Ensure you have the Rust toolchain installed. You can install it from [rustup.rs](https://rustup.rs/).

Then, install `cipherscope` using `cargo`:
```bash
cargo install --path .
```

## Usage

```bash
cipherscope [OPTIONS]
```

### Options

- `-r, --roots <PATHS>`: One or more root directories to scan (default: `.`).
- `-e, --exclude <GLOBS>`: Glob patterns to exclude from the scan (e.g., `vendor/**`).
- `-p, --patterns <PATH>`: Path to the `patterns.toml` file (default: `patterns.toml`).
- `-o, --output <PATH>`: Output file path for JSONL results (default: stdout).
- `--threads <NUM>`: Maximum number of parallel threads to use.
- `-v, --progress`: Enable progress bars for discovery and scanning.
- `--gitignore`: Respect `.gitignore` files (default: true).
- `--max-file-mb <MB>`: Skip files larger than this size in megabytes (default: 1).

### Examples

**Scan the current directory and print results to the console:**
```bash
cipherscope
```

**Scan a specific project and save the output to a file:**
```bash
cipherscope --roots ~/projects/my-app -o my-app-crypto.jsonl
```

**Scan multiple directories at once:**
```bash
cipherscope --roots ~/projects/app1 --roots ~/projects/app2
```

**Scan a directory but exclude test and dependency folders:**
```bash
cipherscope --roots . --exclude '**/tests/**' --exclude '**/vendor/**'
```

**Skip oversized files (> 16 MB) during discovery:**
```bash
cipherscope --roots /path/to/repo --max-file-mb 16
```

The discovery progress will indicate how many files were skipped as oversized.

## Example Output

The output is a stream of JSONL objects, where each object represents a single finding.

**Library Finding:**
```json
{"assetType":"library","identifier":"OpenSSL","path":"/Users/user/dev/my-app/src/crypto.c","evidence":{"line":2,"column":1}}
```

**Algorithm Finding:**
```json
{"assetType":"algorithm","identifier":"AES-256-GCM","path":"/Users/user/dev/my-app/src/crypto.c","evidence":{"line":42,"column":18},"metadata":{"keysize":256,"primitive":"symmetric"}}
```

## Patterns

`cipherscope` relies on a `patterns.toml` file to define what to look for. This file contains definitions for:
- **Libraries**: Anchors used to detect specific crypto libraries, like import statements.
- **Algorithms**: Symbols and function calls associated with specific algorithms (e.g., "AES-GCM") within a library.

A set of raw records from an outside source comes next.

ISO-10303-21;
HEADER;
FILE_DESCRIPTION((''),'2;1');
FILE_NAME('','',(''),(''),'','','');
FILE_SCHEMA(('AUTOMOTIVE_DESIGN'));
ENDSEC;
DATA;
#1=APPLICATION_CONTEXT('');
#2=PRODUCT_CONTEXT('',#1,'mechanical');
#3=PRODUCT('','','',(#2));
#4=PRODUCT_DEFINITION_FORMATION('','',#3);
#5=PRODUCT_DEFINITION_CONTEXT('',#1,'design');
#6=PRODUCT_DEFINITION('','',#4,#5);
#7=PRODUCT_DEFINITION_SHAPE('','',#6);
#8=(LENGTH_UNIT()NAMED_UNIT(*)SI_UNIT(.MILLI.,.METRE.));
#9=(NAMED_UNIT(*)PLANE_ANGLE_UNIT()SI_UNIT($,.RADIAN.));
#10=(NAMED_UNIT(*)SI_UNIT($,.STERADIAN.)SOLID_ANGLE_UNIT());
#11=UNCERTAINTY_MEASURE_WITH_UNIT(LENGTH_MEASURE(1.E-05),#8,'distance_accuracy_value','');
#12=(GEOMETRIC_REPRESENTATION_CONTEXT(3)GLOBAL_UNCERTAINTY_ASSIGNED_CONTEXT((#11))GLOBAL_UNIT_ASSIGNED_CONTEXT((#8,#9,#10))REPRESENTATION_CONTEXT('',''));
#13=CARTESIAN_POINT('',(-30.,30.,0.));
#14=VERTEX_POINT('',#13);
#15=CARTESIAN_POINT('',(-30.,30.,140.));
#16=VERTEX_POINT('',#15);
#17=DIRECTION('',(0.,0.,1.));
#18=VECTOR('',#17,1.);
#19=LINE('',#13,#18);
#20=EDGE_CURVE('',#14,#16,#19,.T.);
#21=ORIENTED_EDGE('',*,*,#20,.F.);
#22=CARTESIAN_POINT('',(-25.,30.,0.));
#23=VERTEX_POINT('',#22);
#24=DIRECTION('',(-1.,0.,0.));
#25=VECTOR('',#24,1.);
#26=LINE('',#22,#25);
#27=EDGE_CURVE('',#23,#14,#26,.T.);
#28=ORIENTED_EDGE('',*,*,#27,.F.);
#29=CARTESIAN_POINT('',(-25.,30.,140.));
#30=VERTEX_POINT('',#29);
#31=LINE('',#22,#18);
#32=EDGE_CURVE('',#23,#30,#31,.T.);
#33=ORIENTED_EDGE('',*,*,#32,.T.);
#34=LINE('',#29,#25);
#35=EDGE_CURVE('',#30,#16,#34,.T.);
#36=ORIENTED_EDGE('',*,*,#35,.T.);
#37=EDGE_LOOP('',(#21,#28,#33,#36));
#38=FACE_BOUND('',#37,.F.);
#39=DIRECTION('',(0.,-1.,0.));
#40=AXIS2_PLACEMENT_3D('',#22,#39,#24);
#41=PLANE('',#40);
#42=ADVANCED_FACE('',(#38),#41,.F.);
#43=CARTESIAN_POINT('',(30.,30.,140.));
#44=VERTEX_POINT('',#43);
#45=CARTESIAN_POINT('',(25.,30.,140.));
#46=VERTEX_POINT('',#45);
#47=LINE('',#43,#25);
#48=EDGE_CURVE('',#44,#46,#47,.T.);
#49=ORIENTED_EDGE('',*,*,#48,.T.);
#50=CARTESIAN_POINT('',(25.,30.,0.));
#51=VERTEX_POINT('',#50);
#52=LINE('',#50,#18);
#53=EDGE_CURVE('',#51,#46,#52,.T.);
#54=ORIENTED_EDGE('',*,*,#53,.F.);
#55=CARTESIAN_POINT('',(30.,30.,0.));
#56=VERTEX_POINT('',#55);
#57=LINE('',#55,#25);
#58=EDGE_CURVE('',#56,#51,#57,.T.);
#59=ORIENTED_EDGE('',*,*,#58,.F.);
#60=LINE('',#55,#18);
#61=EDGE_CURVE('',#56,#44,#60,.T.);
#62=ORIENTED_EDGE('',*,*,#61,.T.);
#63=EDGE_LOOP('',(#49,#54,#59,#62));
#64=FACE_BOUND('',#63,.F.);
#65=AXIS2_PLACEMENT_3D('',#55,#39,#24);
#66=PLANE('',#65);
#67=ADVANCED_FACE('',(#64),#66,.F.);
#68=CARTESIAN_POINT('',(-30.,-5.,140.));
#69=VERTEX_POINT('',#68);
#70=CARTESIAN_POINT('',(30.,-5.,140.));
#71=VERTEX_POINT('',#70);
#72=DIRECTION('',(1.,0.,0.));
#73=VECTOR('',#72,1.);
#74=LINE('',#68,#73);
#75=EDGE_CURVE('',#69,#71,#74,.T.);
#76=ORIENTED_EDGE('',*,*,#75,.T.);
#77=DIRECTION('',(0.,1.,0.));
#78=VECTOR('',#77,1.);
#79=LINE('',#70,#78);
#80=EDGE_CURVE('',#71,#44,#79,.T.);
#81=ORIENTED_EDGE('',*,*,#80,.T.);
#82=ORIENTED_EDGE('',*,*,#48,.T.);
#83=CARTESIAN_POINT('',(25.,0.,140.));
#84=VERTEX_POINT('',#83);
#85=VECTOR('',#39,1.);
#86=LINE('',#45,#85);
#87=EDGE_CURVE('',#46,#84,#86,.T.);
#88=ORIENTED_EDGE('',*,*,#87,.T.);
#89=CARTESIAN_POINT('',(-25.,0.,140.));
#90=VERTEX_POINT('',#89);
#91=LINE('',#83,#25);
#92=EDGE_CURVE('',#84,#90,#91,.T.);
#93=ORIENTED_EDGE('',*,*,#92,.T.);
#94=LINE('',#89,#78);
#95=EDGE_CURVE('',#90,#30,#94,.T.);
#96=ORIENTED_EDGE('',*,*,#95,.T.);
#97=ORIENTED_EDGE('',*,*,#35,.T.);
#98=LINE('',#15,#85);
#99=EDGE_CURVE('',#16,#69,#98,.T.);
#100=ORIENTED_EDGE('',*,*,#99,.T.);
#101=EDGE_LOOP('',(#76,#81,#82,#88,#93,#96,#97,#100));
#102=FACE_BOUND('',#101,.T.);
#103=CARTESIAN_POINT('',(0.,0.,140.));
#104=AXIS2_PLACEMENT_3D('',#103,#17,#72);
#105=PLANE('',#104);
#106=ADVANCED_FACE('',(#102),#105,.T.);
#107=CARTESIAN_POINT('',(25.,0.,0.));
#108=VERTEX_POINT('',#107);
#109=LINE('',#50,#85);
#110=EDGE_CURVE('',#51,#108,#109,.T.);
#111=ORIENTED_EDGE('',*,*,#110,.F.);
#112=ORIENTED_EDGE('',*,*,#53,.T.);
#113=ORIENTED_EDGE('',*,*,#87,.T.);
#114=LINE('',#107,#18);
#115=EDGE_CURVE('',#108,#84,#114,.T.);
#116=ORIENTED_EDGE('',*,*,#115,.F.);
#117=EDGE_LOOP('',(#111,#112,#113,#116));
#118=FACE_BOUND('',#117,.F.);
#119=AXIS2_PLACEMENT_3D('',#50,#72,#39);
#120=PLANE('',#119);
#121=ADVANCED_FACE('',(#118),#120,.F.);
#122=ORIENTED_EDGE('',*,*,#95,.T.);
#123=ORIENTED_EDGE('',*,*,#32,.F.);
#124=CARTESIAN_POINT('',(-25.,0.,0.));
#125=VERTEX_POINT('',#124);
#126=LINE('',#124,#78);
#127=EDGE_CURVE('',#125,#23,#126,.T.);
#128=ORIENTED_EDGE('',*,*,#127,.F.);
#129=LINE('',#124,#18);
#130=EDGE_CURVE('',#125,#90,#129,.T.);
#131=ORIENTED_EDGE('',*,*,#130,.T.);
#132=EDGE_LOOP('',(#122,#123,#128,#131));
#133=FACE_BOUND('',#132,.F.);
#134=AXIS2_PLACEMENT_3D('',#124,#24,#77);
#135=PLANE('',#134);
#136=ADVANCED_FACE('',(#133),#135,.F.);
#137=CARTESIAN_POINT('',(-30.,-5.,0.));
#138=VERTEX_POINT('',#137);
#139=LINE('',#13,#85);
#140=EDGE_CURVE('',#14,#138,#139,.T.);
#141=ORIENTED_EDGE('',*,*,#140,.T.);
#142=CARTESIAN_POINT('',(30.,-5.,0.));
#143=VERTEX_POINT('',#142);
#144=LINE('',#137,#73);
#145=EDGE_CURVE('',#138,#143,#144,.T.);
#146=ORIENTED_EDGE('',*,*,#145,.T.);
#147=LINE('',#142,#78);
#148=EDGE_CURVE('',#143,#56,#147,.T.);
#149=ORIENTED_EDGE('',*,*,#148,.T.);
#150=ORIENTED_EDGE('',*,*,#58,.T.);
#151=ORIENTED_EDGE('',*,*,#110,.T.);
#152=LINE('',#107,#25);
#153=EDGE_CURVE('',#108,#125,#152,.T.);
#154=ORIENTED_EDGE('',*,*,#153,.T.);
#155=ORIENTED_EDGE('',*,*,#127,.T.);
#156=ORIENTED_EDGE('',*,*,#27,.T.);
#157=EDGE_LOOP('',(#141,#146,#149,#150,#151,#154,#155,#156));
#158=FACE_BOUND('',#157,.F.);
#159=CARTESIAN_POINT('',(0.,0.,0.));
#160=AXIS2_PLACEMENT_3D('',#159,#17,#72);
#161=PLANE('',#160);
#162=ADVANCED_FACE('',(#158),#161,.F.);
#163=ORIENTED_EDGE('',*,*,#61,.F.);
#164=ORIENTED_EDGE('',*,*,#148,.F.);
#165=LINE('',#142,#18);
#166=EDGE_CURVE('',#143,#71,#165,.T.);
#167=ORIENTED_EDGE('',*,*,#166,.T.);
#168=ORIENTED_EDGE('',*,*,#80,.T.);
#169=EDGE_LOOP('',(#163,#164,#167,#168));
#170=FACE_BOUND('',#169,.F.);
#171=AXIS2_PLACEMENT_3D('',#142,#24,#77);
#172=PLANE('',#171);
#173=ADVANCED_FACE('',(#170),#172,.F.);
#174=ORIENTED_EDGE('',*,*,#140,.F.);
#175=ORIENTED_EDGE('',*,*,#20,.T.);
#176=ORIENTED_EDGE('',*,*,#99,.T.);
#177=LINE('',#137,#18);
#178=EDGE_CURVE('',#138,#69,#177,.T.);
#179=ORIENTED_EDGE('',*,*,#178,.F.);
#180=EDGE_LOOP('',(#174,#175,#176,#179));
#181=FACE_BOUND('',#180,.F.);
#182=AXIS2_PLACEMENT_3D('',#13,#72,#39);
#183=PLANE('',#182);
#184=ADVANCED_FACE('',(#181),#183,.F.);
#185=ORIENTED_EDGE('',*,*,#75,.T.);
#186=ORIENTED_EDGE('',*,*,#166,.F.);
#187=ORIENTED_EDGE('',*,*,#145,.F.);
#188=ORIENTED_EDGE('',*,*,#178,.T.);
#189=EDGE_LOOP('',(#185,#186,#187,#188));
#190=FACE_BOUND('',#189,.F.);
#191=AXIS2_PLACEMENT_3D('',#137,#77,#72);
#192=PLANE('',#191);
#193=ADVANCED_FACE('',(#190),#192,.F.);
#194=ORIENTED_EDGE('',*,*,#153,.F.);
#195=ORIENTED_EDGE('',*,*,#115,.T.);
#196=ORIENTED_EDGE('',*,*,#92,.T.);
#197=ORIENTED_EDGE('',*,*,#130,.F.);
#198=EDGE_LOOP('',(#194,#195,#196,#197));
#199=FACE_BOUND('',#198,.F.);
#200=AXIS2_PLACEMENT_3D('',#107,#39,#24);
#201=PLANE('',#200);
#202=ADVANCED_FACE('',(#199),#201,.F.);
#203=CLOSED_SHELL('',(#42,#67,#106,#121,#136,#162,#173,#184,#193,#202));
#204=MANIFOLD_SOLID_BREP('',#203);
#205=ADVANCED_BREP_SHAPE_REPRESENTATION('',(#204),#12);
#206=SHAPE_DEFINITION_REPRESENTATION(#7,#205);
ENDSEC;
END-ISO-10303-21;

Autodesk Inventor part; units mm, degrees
ref_plane "YZ Plane" through (0, 0, 0) normal (1, 0, 0) x (0, 1, 0)
ref_plane "XZ Plane" through (0, 0, 0) normal (0, 1, 0) x (-1, 0, 0)
ref_plane "XY Plane" through (0, 0, 0) normal (0, 0, 1) x (1, 0, 0)
sketch "Sketch1" plane through (0, 0, 0) normal (0, 0, 1) x (1, 0, 0)
  line L0 (25, 0) -> (-25, 0)
  line L1 (-25, 0) -> (-25, 30)
  line L2 (-25, 30) -> (-30, 30)
  line L3 (-30, 30) -> (-30, -5)
  line L4 (-30, -5) -> (30, -5)
  line L5 (30, -5) -> (30, 30)
  line L6 (30, 30) -> (25, 30)
  line L7 (25, 30) -> (25, 0)
  point P0 (0, 0)
  dimension "d0" = 50
  dimension "d1" = 30
  dimension "d2" = 5
  dimension "d3" = 35
  dimension "d4" = 60
  dimension "d5" = 35
  dimension "d6" = 5
extrude "Extrusion1" add sketch "Sketch1" along normal blind 140
properties part number "track z2229"
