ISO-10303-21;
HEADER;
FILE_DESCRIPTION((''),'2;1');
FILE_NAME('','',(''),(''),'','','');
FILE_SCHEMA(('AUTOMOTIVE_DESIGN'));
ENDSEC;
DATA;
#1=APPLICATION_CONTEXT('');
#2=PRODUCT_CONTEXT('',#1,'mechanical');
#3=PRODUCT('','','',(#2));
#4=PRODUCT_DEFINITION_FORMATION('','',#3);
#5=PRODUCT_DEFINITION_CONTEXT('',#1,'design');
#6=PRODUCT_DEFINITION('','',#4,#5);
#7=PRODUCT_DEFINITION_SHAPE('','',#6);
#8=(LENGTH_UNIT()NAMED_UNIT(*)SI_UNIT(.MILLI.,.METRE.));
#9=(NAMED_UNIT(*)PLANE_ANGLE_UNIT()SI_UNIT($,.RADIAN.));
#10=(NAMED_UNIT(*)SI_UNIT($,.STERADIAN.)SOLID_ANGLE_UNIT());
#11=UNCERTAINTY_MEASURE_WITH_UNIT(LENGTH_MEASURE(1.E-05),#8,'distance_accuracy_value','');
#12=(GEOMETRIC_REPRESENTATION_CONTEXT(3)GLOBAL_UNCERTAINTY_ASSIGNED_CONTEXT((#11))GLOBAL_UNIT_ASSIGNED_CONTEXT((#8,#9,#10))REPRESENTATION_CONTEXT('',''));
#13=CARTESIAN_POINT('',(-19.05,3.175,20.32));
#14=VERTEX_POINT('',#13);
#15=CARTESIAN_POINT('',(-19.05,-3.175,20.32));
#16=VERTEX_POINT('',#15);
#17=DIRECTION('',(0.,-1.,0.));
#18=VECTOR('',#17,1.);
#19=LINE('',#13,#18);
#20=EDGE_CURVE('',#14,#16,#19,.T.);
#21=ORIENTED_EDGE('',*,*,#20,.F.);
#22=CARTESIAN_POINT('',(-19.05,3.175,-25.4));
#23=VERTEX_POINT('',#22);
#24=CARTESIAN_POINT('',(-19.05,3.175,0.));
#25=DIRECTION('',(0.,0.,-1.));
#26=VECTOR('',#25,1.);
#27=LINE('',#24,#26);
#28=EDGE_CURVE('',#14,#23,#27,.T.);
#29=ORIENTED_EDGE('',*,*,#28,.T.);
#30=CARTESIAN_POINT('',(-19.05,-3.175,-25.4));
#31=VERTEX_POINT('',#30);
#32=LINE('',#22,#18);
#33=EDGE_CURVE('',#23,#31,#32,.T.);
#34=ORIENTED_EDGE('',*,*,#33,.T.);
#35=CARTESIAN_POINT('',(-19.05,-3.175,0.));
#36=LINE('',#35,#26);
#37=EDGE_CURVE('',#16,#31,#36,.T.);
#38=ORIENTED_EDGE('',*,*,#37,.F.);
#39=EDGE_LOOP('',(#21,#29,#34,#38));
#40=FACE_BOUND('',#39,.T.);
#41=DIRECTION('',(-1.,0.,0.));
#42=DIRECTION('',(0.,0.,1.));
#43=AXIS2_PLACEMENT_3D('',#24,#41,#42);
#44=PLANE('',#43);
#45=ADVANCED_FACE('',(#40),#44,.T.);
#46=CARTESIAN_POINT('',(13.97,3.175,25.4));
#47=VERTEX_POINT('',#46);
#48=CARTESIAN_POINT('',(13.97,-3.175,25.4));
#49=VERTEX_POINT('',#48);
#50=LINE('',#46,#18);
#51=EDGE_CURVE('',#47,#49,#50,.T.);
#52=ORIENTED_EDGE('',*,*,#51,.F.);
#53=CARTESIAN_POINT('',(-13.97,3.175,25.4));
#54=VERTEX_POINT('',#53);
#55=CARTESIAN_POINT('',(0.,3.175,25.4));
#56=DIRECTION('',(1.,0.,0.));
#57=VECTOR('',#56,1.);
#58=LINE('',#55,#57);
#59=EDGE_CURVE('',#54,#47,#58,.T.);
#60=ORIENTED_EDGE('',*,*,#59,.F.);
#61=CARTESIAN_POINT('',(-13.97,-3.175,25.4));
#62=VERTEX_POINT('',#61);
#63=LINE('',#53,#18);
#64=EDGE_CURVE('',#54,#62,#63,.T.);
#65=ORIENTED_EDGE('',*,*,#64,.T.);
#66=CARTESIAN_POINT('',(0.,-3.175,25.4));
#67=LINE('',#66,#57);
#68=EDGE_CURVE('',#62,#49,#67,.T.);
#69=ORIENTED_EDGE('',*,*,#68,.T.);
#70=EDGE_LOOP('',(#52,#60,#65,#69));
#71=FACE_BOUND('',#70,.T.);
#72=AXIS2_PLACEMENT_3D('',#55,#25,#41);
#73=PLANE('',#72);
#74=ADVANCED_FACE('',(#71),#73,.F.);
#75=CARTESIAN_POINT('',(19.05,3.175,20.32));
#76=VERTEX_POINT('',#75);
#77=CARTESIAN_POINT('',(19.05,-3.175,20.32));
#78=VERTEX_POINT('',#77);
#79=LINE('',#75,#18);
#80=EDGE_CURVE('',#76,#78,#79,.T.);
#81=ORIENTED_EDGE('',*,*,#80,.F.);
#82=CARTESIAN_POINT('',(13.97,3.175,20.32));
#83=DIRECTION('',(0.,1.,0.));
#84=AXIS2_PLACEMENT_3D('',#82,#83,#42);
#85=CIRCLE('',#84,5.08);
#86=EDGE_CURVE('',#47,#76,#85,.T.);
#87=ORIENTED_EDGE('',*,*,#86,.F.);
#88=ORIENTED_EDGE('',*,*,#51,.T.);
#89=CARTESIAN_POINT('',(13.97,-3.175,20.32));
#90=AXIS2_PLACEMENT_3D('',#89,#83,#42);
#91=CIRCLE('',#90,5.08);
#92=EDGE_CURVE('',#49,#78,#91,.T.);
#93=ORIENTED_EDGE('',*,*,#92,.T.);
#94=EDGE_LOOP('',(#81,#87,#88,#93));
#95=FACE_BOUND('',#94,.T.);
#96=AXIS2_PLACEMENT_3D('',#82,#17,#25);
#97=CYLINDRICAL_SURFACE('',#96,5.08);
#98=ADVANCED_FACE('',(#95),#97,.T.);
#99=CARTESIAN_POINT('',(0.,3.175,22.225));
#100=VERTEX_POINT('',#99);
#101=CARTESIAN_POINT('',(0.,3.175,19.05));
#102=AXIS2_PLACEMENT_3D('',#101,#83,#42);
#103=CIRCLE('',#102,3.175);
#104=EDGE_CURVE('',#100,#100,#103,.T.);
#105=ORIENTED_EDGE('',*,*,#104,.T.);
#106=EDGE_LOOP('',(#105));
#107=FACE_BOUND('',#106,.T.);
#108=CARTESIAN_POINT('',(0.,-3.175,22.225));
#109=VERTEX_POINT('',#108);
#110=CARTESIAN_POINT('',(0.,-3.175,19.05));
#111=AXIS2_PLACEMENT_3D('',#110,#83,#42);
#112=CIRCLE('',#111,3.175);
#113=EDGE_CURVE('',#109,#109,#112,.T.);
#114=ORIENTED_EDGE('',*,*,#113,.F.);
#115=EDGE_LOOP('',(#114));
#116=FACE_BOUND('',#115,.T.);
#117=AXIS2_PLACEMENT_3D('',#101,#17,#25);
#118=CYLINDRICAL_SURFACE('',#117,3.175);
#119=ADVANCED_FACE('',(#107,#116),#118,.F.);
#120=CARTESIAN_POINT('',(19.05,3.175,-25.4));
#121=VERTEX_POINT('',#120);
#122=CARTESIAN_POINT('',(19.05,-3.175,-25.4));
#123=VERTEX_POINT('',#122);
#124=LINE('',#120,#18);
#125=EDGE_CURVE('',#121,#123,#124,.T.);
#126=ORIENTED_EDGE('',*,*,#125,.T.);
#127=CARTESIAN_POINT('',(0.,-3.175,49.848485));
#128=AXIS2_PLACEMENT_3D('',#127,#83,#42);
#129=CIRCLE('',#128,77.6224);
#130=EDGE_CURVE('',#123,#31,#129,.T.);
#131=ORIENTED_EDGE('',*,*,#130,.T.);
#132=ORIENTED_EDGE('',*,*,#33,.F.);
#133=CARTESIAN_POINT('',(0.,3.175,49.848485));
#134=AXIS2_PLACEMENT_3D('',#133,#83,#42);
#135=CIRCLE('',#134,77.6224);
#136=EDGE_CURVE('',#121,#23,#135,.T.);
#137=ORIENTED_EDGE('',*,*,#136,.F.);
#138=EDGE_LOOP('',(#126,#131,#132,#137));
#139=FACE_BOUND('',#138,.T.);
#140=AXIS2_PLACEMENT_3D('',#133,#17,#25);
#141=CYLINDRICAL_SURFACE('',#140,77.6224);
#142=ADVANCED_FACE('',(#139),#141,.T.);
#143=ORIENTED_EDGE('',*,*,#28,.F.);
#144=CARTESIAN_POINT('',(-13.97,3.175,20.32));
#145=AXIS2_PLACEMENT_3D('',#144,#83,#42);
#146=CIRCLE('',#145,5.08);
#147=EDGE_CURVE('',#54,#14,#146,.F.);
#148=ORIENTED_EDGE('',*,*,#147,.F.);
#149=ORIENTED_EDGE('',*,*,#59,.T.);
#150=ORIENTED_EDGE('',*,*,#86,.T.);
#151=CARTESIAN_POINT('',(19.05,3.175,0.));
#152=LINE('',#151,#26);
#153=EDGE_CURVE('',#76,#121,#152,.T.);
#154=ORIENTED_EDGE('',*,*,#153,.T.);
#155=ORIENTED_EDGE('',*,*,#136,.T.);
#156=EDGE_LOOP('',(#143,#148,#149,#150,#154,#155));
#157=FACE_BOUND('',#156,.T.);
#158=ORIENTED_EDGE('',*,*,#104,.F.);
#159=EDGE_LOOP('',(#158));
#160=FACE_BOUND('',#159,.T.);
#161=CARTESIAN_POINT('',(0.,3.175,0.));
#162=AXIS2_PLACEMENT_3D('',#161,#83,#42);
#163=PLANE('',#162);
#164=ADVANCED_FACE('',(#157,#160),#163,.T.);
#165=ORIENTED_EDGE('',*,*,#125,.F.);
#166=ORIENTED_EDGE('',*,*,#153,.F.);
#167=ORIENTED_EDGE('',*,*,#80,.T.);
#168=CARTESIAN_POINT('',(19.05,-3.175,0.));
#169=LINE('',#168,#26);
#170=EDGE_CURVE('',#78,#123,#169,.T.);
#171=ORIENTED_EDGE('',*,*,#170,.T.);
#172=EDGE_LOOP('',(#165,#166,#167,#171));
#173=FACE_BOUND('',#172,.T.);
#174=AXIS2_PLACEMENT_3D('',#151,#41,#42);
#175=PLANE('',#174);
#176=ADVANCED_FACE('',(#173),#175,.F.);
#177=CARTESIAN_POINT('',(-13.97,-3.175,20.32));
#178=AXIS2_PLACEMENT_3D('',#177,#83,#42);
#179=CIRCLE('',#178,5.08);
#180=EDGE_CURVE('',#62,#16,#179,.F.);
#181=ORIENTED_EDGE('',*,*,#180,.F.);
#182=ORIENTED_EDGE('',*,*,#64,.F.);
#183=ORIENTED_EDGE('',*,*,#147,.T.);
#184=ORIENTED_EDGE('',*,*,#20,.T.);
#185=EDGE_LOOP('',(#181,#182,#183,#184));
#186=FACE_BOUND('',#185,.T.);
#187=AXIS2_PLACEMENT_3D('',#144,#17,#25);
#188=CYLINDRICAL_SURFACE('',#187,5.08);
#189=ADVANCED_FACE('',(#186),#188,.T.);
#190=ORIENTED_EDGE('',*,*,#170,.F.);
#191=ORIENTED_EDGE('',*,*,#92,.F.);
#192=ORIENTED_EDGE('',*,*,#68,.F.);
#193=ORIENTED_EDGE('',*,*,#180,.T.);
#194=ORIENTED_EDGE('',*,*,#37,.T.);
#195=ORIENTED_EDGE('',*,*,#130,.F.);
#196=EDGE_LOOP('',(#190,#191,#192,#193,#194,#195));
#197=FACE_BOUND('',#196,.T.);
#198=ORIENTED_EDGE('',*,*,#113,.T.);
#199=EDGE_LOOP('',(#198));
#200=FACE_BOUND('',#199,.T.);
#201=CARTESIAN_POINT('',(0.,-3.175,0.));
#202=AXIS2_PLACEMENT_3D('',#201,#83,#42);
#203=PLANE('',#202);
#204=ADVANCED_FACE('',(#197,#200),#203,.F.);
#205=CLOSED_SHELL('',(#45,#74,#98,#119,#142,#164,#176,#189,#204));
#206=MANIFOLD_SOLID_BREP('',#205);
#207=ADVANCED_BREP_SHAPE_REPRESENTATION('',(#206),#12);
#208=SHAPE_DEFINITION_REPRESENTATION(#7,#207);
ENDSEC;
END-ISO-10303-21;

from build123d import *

# Parameters (mm, degrees)
SKETCH2_R           = 3.175
BOSS_EXTRUDE1_DEPTH = 3.175


with BuildPart() as part:
    # Sketch2 → Boss-Extrude1 (new, symmetric)
    with BuildSketch(Plane(origin=(0, 0, 0), x_dir=(1, 0, 0), z_dir=(0, 1, 0))):
        with BuildLine():
            ThreePointArc((-19.05, -20.32), (-17.562102448, -23.912102448), (-13.97, -25.4))
            Line((-13.97, -25.4), (13.97, -25.4))
            ThreePointArc((13.97, -25.4), (17.562102448, -23.912102448), (19.05, -20.32))
            Line((19.05, -20.32), (19.05, 25.4))
            ThreePointArc((19.05, 25.4), (0, 27.773915087), (-19.05, 25.4))
            Line((-19.05, 25.4), (-19.05, -20.32))
        make_face()
        with Locations(Location((0, -19.05, 0), (0, 0, 270))):
            Circle(SKETCH2_R, mode=Mode.SUBTRACT)
    extrude(amount=BOSS_EXTRUDE1_DEPTH, both=True)


solid = part.part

You can customize this file to add support for new libraries or improve detection for existing ones.

## Development

### Building from Source
1. Clone the repository.
2. Build the project using Cargo:
   ```bash
   cargo build --release
   ```
   The binary will be located at `./target/release/cipherscope`.

### Running Tests
To run the integration test suite:
```bash
cargo test
```

### Performance Micro-Benchmark
Run the scanning micro-benchmark (fixtures + repo mix, single-threaded and full CPU):
```bash
cargo bench --bench scan_bench
```
The benchmark shells out to the `cipherscope` binary and writes output to a temp file
to keep timing focused on scanning throughput.

## License

This project is licensed under the MIT License. See the `LICENSE` file for details.